What the exercise asks
May I have, exactly as written, the line containing "f 394 397 430" and every line after it through the end of the listing below, and nothing else?

Records
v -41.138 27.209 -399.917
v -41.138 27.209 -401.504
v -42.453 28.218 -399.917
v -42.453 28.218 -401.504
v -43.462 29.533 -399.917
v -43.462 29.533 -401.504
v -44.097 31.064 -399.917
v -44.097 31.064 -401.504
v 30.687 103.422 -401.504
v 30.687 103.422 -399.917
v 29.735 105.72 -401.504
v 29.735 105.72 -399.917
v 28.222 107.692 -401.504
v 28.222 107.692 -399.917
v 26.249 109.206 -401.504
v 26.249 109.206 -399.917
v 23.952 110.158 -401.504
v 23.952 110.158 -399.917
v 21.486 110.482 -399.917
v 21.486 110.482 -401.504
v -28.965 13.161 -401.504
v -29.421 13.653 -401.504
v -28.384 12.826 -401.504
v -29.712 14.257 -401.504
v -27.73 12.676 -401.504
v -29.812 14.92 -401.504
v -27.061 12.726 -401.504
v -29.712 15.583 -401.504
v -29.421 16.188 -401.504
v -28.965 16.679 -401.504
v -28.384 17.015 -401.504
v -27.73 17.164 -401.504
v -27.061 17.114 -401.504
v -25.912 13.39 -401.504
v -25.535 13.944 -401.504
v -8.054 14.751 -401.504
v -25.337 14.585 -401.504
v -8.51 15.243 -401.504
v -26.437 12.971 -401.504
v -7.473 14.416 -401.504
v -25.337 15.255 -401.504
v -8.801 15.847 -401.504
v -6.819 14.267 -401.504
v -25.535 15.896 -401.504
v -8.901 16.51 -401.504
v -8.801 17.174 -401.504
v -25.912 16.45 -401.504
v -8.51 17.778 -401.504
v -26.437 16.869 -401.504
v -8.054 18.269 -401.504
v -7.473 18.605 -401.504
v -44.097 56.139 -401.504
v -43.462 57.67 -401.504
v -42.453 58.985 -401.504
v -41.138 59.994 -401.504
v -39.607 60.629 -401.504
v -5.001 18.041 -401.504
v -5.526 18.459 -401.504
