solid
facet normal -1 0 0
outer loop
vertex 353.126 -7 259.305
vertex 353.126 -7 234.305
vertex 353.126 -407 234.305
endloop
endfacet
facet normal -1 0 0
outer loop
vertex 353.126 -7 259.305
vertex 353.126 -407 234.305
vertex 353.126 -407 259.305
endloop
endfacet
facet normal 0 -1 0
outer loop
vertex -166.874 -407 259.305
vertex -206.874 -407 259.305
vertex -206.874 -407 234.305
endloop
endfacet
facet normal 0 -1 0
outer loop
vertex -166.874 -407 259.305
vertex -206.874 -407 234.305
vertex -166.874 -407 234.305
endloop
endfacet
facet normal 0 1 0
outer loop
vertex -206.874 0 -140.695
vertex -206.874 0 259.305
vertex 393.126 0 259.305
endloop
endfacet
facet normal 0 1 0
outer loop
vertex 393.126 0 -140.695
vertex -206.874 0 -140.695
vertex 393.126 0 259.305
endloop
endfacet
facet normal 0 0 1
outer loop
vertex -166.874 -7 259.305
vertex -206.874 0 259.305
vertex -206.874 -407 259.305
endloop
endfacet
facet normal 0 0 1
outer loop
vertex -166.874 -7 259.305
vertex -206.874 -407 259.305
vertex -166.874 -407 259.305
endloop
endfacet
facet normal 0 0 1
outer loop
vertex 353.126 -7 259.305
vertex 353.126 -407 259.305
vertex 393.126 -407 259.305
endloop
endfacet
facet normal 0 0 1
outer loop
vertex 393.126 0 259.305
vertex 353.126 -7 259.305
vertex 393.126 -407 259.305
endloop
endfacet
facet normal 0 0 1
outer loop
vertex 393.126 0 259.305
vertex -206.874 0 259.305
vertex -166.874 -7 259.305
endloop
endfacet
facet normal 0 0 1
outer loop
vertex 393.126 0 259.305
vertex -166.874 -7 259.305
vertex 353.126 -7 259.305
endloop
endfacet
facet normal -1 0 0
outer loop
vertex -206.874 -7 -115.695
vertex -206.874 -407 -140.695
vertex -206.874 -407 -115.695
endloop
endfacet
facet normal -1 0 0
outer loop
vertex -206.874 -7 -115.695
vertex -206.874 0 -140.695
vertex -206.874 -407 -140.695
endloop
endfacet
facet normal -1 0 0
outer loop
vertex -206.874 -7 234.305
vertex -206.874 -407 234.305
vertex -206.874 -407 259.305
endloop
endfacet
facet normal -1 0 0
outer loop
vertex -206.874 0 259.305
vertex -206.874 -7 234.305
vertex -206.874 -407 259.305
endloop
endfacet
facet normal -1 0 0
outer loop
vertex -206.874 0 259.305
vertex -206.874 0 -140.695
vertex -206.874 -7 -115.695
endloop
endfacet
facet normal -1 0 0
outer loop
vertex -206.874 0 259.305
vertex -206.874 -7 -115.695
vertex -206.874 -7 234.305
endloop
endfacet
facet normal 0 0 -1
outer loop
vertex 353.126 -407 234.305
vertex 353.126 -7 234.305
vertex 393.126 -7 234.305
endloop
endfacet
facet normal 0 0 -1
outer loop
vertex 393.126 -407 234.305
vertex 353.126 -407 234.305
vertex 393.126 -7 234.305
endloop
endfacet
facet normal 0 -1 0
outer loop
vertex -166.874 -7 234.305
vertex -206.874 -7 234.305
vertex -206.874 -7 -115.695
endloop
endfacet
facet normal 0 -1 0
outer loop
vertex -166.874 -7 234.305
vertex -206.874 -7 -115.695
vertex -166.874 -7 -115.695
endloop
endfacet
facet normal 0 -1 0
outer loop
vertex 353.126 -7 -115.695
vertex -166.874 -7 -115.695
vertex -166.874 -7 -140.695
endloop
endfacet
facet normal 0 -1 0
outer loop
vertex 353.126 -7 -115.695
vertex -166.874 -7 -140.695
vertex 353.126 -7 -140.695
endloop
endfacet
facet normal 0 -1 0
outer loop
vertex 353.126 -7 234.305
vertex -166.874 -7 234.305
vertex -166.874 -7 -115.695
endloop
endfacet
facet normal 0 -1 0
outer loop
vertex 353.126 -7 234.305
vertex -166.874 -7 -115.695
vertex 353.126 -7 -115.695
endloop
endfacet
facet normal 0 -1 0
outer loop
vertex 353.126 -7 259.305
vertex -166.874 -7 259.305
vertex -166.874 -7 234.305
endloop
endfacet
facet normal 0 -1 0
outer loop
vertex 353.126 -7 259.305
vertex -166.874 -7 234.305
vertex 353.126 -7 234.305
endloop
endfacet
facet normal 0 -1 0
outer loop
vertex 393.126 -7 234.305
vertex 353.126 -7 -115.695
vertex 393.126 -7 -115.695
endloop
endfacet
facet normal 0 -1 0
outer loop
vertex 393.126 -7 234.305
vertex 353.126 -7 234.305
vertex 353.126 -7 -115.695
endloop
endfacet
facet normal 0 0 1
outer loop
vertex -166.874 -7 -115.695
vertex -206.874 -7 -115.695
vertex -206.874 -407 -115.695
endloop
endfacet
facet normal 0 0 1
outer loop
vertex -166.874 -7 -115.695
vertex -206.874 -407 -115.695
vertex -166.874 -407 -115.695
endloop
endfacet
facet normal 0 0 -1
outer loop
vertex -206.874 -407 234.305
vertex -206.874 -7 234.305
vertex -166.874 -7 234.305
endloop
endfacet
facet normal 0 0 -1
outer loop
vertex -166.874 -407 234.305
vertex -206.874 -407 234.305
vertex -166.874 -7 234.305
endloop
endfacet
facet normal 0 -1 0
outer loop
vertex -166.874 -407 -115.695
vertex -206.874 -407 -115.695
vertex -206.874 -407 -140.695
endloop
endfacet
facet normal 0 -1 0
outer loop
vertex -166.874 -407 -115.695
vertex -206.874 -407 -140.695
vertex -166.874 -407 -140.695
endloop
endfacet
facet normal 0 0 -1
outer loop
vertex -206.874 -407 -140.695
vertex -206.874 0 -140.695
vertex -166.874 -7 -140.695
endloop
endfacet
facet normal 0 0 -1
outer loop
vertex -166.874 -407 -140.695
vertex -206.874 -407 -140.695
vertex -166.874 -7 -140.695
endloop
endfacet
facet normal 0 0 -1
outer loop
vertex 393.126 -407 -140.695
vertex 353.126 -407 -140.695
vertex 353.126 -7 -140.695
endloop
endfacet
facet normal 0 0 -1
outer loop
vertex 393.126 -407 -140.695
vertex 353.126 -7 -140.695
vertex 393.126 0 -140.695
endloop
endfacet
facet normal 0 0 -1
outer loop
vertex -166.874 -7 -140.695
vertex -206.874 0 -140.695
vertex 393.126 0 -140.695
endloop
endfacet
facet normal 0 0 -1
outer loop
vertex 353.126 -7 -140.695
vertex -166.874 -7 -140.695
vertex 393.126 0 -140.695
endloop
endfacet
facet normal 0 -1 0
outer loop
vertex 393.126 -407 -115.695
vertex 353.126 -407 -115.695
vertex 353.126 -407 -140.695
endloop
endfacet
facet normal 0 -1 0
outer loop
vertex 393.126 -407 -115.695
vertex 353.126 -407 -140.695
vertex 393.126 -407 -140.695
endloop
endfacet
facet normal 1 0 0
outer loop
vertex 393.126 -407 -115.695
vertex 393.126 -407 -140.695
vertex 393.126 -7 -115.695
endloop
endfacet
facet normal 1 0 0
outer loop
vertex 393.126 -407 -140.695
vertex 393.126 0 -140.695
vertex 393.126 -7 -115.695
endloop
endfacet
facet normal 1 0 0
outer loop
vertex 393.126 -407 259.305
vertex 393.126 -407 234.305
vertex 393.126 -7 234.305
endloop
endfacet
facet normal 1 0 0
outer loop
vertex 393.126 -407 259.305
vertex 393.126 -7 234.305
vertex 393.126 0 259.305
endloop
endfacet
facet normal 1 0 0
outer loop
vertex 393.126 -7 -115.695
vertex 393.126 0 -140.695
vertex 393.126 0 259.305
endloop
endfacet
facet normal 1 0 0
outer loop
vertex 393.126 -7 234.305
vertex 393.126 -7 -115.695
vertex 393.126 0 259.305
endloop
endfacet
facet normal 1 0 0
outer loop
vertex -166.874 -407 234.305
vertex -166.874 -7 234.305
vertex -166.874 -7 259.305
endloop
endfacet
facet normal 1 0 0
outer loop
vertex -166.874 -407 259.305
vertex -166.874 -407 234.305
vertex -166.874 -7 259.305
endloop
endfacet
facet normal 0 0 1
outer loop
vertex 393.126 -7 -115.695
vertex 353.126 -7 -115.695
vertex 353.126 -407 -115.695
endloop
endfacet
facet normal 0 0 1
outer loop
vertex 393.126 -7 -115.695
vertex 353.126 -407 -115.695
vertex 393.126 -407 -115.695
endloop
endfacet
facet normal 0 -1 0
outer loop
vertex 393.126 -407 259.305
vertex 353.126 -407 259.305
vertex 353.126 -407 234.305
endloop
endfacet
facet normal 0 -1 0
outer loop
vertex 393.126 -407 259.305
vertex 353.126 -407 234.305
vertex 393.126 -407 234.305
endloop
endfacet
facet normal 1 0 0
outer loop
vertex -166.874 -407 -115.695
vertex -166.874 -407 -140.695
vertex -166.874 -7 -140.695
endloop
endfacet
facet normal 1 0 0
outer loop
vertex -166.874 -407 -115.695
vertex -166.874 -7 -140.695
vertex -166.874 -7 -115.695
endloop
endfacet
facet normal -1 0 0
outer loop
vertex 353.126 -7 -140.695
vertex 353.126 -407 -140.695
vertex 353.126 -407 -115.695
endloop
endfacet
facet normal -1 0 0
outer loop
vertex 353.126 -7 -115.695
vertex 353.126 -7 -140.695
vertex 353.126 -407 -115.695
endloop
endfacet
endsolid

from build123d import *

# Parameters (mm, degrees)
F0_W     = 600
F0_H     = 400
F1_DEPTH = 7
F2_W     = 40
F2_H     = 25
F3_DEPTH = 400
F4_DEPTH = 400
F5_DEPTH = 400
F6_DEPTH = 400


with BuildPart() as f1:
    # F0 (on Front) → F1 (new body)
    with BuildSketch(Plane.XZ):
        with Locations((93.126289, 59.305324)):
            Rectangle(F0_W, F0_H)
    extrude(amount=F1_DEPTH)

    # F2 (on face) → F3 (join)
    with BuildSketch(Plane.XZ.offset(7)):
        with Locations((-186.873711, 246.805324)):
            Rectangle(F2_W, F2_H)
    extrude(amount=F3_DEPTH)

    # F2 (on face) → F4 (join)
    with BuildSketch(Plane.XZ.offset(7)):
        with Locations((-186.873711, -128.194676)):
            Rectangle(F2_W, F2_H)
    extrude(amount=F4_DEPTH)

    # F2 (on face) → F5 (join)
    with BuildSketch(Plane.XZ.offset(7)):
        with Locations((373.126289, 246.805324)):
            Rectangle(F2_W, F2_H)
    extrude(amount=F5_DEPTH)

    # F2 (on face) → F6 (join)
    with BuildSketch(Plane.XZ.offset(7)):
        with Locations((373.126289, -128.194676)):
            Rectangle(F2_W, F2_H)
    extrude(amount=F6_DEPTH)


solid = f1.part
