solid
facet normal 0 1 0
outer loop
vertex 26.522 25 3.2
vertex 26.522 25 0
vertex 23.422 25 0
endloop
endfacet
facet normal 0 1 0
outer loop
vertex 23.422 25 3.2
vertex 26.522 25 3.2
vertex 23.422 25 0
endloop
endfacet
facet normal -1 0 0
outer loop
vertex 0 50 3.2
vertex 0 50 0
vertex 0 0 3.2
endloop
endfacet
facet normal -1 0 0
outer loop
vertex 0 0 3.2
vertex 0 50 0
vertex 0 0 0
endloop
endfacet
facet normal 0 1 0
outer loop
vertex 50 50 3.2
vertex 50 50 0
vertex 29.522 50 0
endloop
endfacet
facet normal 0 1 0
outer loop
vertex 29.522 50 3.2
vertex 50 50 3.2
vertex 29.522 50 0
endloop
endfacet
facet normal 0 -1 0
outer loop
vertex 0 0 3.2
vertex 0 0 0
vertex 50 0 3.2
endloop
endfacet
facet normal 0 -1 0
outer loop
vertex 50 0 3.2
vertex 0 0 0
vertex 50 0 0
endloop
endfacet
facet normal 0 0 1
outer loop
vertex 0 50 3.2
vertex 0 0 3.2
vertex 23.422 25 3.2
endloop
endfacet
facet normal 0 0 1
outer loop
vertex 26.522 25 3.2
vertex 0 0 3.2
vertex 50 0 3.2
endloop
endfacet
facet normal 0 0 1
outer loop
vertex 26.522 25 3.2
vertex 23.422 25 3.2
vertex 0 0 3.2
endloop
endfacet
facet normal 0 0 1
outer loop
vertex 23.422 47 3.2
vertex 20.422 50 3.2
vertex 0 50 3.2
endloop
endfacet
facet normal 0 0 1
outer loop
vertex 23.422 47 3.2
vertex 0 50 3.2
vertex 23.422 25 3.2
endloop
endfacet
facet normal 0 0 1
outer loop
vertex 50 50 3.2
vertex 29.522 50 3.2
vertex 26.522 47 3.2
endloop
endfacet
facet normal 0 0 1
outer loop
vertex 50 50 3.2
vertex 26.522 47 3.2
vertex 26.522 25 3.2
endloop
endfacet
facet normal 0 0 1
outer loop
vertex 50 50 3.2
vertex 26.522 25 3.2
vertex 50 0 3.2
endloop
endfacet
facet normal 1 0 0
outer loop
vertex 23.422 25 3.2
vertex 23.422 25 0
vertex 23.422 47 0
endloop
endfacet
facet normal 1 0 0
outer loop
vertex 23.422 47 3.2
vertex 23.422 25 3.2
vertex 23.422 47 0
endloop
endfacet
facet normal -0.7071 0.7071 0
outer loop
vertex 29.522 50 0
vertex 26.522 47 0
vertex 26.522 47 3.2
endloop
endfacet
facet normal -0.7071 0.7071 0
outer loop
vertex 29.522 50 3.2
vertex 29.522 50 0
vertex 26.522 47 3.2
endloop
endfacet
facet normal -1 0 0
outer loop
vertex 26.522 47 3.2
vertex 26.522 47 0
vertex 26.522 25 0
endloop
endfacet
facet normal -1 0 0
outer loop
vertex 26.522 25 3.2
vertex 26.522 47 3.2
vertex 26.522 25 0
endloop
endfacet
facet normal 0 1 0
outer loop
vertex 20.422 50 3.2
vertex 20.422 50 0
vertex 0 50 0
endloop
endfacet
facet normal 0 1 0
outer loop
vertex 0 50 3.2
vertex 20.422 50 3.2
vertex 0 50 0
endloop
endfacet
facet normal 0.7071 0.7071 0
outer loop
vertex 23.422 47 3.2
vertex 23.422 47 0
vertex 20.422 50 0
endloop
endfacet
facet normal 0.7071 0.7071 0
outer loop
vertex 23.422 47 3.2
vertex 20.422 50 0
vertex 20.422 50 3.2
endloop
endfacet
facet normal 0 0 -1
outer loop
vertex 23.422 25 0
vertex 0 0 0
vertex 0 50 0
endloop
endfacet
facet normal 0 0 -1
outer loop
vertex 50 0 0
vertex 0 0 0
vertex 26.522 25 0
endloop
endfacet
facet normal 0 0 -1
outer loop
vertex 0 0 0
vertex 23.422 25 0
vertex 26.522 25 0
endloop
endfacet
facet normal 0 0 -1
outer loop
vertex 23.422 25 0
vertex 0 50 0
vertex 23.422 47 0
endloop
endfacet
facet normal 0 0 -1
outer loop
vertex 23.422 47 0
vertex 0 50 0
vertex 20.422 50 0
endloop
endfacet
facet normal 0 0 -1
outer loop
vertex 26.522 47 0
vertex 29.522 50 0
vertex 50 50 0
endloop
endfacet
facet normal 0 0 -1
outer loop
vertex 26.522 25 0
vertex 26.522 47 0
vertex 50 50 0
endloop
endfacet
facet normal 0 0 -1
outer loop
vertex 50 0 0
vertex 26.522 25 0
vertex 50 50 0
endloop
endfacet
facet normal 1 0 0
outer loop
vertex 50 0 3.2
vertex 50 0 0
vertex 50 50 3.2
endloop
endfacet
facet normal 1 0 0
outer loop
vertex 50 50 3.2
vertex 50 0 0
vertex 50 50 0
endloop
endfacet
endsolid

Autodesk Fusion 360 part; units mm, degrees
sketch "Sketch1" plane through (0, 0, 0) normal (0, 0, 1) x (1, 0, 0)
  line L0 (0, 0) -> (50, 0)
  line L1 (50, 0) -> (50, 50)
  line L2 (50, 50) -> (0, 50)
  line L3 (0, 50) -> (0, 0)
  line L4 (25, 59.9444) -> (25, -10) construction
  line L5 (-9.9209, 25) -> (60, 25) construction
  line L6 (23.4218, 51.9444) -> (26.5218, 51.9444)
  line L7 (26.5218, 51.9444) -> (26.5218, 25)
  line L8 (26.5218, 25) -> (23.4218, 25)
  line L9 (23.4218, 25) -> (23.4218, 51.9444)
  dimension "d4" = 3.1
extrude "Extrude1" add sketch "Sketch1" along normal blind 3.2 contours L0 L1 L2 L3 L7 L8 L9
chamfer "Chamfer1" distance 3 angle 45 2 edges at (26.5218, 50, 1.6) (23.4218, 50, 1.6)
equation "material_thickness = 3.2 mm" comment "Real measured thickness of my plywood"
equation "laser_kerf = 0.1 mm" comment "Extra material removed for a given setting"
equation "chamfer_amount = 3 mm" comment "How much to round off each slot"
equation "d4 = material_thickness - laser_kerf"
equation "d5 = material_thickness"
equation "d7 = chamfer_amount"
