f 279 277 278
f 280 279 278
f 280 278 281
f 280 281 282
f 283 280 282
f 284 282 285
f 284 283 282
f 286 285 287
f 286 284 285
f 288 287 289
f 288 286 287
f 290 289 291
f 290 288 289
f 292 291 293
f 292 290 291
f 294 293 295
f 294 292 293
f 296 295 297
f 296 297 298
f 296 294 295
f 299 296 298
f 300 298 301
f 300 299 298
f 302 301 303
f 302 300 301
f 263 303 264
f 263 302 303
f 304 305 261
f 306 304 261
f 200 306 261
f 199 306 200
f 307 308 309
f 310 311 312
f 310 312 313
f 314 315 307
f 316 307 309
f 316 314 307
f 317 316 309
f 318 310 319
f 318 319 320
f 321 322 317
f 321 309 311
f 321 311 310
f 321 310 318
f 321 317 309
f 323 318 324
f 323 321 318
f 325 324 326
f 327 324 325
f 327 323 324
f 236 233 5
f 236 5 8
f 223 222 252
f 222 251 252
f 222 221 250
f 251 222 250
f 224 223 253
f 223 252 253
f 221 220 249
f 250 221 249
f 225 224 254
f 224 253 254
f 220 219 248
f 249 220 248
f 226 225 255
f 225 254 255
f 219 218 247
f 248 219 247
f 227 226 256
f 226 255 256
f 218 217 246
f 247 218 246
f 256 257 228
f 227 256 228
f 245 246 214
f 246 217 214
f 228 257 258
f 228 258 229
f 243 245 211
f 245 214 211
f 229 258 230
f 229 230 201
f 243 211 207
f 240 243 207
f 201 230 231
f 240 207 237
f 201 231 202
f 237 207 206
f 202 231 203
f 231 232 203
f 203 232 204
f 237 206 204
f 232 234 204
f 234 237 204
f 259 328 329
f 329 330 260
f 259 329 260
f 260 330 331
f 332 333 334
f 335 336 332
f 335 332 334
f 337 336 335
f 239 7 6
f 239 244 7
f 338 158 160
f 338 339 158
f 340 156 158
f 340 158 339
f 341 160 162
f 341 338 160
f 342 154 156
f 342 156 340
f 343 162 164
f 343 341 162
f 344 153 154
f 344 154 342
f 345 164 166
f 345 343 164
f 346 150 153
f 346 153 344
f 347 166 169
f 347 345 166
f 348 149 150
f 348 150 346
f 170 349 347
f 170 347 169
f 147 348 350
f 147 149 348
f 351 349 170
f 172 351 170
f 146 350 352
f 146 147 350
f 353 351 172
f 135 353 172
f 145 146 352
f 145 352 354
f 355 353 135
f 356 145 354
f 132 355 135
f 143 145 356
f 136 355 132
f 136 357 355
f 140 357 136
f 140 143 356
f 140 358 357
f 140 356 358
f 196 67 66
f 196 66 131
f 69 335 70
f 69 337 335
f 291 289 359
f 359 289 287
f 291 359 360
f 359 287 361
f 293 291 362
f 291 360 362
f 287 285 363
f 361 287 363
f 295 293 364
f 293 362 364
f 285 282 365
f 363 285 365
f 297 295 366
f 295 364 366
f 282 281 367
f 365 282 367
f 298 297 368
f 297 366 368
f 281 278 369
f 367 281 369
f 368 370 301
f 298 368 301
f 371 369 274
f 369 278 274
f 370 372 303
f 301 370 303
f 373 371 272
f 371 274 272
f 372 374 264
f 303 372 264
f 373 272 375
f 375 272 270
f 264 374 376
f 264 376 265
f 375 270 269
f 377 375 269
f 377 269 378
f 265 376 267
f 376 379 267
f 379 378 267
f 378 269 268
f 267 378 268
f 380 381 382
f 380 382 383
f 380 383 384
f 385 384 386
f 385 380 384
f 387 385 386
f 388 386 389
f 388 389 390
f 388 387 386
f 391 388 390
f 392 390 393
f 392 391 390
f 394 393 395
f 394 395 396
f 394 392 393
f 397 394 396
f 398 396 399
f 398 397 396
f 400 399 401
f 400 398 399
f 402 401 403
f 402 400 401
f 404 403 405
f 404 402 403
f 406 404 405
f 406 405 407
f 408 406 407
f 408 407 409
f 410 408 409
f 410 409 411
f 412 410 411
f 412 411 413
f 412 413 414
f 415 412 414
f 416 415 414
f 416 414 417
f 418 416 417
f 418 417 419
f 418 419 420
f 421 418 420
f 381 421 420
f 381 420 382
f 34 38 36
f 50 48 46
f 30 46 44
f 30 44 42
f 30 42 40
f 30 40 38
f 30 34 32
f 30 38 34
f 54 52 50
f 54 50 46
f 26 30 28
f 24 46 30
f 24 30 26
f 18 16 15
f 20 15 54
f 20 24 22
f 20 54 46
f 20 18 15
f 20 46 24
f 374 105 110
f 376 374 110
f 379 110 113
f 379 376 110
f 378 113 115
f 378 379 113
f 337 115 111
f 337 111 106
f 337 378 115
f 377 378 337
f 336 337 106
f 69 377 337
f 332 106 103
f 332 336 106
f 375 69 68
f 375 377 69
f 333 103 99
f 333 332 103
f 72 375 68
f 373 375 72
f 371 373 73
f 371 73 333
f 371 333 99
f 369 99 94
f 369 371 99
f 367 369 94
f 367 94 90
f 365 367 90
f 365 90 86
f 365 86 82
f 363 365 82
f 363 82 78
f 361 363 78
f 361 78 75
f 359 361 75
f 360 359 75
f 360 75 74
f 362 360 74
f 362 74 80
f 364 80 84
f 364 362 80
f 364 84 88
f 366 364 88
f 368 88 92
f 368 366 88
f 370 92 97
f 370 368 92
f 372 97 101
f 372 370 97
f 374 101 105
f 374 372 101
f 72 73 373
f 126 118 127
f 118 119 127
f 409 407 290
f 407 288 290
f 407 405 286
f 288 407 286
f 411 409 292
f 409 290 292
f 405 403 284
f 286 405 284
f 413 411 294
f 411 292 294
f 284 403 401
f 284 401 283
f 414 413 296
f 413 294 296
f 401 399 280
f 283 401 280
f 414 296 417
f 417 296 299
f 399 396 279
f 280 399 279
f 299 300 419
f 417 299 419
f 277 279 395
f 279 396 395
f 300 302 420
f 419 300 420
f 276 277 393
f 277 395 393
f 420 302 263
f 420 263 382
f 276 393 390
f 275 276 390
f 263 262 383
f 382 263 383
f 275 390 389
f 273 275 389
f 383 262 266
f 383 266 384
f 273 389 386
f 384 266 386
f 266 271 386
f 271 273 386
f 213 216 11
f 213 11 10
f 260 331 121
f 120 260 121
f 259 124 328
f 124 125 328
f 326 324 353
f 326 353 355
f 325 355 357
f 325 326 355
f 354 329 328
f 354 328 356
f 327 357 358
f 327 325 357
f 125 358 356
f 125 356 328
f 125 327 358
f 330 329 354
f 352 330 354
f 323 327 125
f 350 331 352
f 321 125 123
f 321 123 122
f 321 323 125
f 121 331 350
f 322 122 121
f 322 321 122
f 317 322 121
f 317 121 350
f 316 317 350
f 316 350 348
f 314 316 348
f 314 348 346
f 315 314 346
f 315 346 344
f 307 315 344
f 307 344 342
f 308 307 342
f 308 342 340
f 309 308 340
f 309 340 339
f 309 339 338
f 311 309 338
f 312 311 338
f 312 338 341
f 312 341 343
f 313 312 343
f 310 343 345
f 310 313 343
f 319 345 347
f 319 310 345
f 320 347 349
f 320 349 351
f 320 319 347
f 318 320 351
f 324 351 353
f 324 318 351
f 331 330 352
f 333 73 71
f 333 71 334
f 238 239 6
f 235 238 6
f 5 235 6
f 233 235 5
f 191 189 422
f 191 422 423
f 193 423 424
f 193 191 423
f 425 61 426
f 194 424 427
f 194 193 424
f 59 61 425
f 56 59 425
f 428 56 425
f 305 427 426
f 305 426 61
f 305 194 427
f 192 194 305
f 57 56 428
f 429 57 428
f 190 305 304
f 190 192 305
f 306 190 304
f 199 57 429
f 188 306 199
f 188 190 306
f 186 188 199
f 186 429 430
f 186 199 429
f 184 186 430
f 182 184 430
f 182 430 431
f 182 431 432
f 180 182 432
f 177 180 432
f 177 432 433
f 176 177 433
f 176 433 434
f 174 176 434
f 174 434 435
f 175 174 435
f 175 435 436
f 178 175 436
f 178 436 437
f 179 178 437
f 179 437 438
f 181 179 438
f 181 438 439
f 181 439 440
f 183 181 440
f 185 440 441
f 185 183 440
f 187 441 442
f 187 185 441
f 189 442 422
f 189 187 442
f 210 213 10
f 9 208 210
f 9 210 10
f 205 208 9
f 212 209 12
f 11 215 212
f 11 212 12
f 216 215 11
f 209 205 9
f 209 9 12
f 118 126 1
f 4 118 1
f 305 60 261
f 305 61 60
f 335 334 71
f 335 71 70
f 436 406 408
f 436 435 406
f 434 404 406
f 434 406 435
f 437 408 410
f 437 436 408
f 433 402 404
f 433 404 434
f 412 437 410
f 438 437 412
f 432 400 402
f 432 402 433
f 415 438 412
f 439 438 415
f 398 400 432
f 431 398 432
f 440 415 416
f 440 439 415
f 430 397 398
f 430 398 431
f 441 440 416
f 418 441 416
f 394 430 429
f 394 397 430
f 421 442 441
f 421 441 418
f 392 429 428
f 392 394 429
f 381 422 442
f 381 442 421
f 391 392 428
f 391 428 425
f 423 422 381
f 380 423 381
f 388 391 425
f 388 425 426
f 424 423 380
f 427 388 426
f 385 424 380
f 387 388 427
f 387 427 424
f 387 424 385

Output for this task
f 394 397 430
f 421 442 441
f 421 441 418
f 392 429 428
f 392 394 429
f 381 422 442
f 381 442 421
f 391 392 428
f 391 428 425
f 423 422 381
f 380 423 381
f 388 391 425
f 388 425 426
f 424 423 380
f 427 388 426
f 385 424 380
f 387 388 427
f 387 427 424
f 387 424 385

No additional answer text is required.